Plasmonic Nanogap-Enhanced Tunable Three-Dimensional Nanoframes in Application to Clinical Diagnosis of Alzheimer’s Disease

Advancements in nanotechnology led to significant improvements in synthesizing plasmon-enhanced nanoarchitectures for biosensor applications, and high-yield productivity at low cost is vital to step further into medical commerce. Metal nanoframes via wet chemistry are gaining attention for their homogeneous structure and outstanding catalytic and optical properties. However, nanoframe morphology should be considered delicately when brought to biosensors to utilize its superior characteristics thoroughly, and the need to prove its clinical applicability still remains. Herein, we controlled the frameworks of double-walled nanoframes (DWFs) precisely via wet chemistry to construct a homogeneous plasmon-enhanced nanotransducer for localized surface plasmon resonance biosensors. By tuning the physical properties considering the finite-difference time-domain simulation results, biomolecular interactions were feasible in the electromagnetic field-enhanced nanospace. As a result, DWF₁₀ exhibited a 10-fold lower detection limit of 2.21 fM compared to DWF₁₄ for tau detection.

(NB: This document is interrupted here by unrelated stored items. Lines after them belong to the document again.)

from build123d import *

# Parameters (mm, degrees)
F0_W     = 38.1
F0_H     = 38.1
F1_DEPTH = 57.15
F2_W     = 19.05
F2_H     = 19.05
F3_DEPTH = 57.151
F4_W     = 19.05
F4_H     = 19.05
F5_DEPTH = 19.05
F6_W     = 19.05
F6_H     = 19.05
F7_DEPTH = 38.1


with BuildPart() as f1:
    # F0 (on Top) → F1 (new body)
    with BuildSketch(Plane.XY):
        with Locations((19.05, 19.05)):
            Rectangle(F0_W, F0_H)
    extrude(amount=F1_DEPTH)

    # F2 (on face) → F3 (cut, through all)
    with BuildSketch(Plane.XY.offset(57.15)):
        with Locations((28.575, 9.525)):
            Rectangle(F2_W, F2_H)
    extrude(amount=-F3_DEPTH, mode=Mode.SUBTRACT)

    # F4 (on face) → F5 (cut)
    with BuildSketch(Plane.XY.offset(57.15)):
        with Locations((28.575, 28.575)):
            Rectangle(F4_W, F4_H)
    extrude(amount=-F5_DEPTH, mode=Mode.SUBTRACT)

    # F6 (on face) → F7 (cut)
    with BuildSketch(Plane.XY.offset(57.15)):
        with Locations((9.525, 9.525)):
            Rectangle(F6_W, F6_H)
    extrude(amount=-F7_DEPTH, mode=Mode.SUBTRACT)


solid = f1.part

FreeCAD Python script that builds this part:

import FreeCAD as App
import Part
import Sketcher

V = App.Vector
Q = App.Units.Quantity


def add_polygon(sketch, points):
    """Adds a closed chain of lines whose ends are joined by coincident constraints."""
    first, n = sketch.GeometryCount, len(points)
    for a, b in zip(points, points[1:] + points[:1]):
        sketch.addGeometry(Part.LineSegment(App.Vector(*a, 0), App.Vector(*b, 0)), False)
    for i in range(n):
        sketch.addConstraint(Sketcher.Constraint("Coincident", first + i, 2, first + (i + 1) % n, 1))

doc = App.newDocument("Part")
body = doc.addObject("PartDesign::Body", "Body")

sketch1 = doc.addObject("Sketcher::SketchObject", "Sketch")
body.addObject(sketch1)
sketch1.AttachmentSupport = (doc.XY_Plane, [""])
sketch1.MapMode = "FlatFace"
add_polygon(sketch1, [(0, 38), (0, 0), (38, 0), (38, 38)])
sketch1.addConstraint(Sketcher.Constraint("Vertical", 0))
sketch1.addConstraint(Sketcher.Constraint("Horizontal", 1))
sketch1.addConstraint(Sketcher.Constraint("Vertical", 2))
sketch1.addConstraint(Sketcher.Constraint("Horizontal", 3))
sketch1.addConstraint(Sketcher.Constraint("Coincident", 0, 2, -1, 1))
sketch1.addConstraint(Sketcher.Constraint("Equal", 3, 0))
sketch1.addConstraint(Sketcher.Constraint("DistanceX", 1, 1, 1, 2, Q("1.5 in")))
pad1 = doc.addObject("PartDesign::Pad", "Pad")
body.addObject(pad1)
pad1.Profile = sketch1
pad1.Length = Q("2.25 in")

sketch2 = doc.addObject("Sketcher::SketchObject", "Sketch001")
body.addObject(sketch2)
sketch2.AttachmentSupport = (doc.XY_Plane, [""])
sketch2.MapMode = "FlatFace"
sketch2.AttachmentOffset = App.Placement(V(0, 0, 2.25 * 25.4), App.Rotation())
add_polygon(sketch2, [(19, 19), (19, 0), (38, 0), (38, 19)])
sketch2.addConstraint(Sketcher.Constraint("Vertical", 0))
sketch2.addConstraint(Sketcher.Constraint("Horizontal", 1))
sketch2.addConstraint(Sketcher.Constraint("Vertical", 2))
sketch2.addConstraint(Sketcher.Constraint("Horizontal", 3))
sketch2.addConstraint(Sketcher.Constraint("PointOnObject", 0, 2, -1))
sketch2.addConstraint(Sketcher.Constraint("Equal", 3, 0))
sketch2.addConstraint(Sketcher.Constraint("DistanceX", 1, 1, 1, 2, Q("0.75 in")))
sketch2.addConstraint(Sketcher.Constraint("DistanceX", -1, 1, 1, 2, Q("1.5 in")))
pocket1 = doc.addObject("PartDesign::Pocket", "Pocket")
body.addObject(pocket1)
pocket1.Profile = sketch2
pocket1.Type = "ThroughAll"

sketch3 = doc.addObject("Sketcher::SketchObject", "Sketch002")
body.addObject(sketch3)
sketch3.AttachmentSupport = (doc.XY_Plane, [""])
sketch3.MapMode = "FlatFace"
sketch3.AttachmentOffset = App.Placement(V(0, 0, 2.25 * 25.4), App.Rotation())
add_polygon(sketch3, [(19, 38), (19, 19), (38, 19), (38, 38)])
sketch3.addConstraint(Sketcher.Constraint("Vertical", 0))
sketch3.addConstraint(Sketcher.Constraint("Horizontal", 1))
sketch3.addConstraint(Sketcher.Constraint("Vertical", 2))
sketch3.addConstraint(Sketcher.Constraint("Horizontal", 3))
sketch3.addConstraint(Sketcher.Constraint("Equal", 3, 0))
sketch3.addConstraint(Sketcher.Constraint("DistanceX", 1, 1, 1, 2, Q("0.75 in")))
sketch3.addConstraint(Sketcher.Constraint("DistanceX", -1, 1, 1, 2, Q("1.5 in")))
sketch3.addConstraint(Sketcher.Constraint("DistanceY", -1, 1, 2, 2, Q("1.5 in")))
pocket2 = doc.addObject("PartDesign::Pocket", "Pocket001")
body.addObject(pocket2)
pocket2.Profile = sketch3
pocket2.Length = Q("0.75 in")

sketch4 = doc.addObject("Sketcher::SketchObject", "Sketch003")
body.addObject(sketch4)
sketch4.AttachmentSupport = (doc.XY_Plane, [""])
sketch4.MapMode = "FlatFace"
sketch4.AttachmentOffset = App.Placement(V(0, 0, 2.25 * 25.4), App.Rotation())
add_polygon(sketch4, [(0, 19), (0, 0), (19, 0), (19, 19)])
sketch4.addConstraint(Sketcher.Constraint("Vertical", 0))
sketch4.addConstraint(Sketcher.Constraint("Horizontal", 1))
sketch4.addConstraint(Sketcher.Constraint("Vertical", 2))
sketch4.addConstraint(Sketcher.Constraint("Horizontal", 3))
sketch4.addConstraint(Sketcher.Constraint("Coincident", 0, 2, -1, 1))
sketch4.addConstraint(Sketcher.Constraint("Equal", 3, 0))
sketch4.addConstraint(Sketcher.Constraint("DistanceX", 1, 1, 1, 2, Q("0.75 in")))
pocket3 = doc.addObject("PartDesign::Pocket", "Pocket002")
body.addObject(pocket3)
pocket3.Profile = sketch4
pocket3.Length = Q("1.5 in")

doc.recompute()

Further application into blood-based clinical and Alzheimer’s disease (AD) diagnostics, notable improvement in classifying mild cognitive impairment patients against healthy controls and AD patients, was demonstrated along with impressive AUC values. Thus, in response to diverse detection methods, optimizing nanoframe dimensions such as nanogap and frame thickness to maximize sensor performance is critical to realize future POCT diagnosis.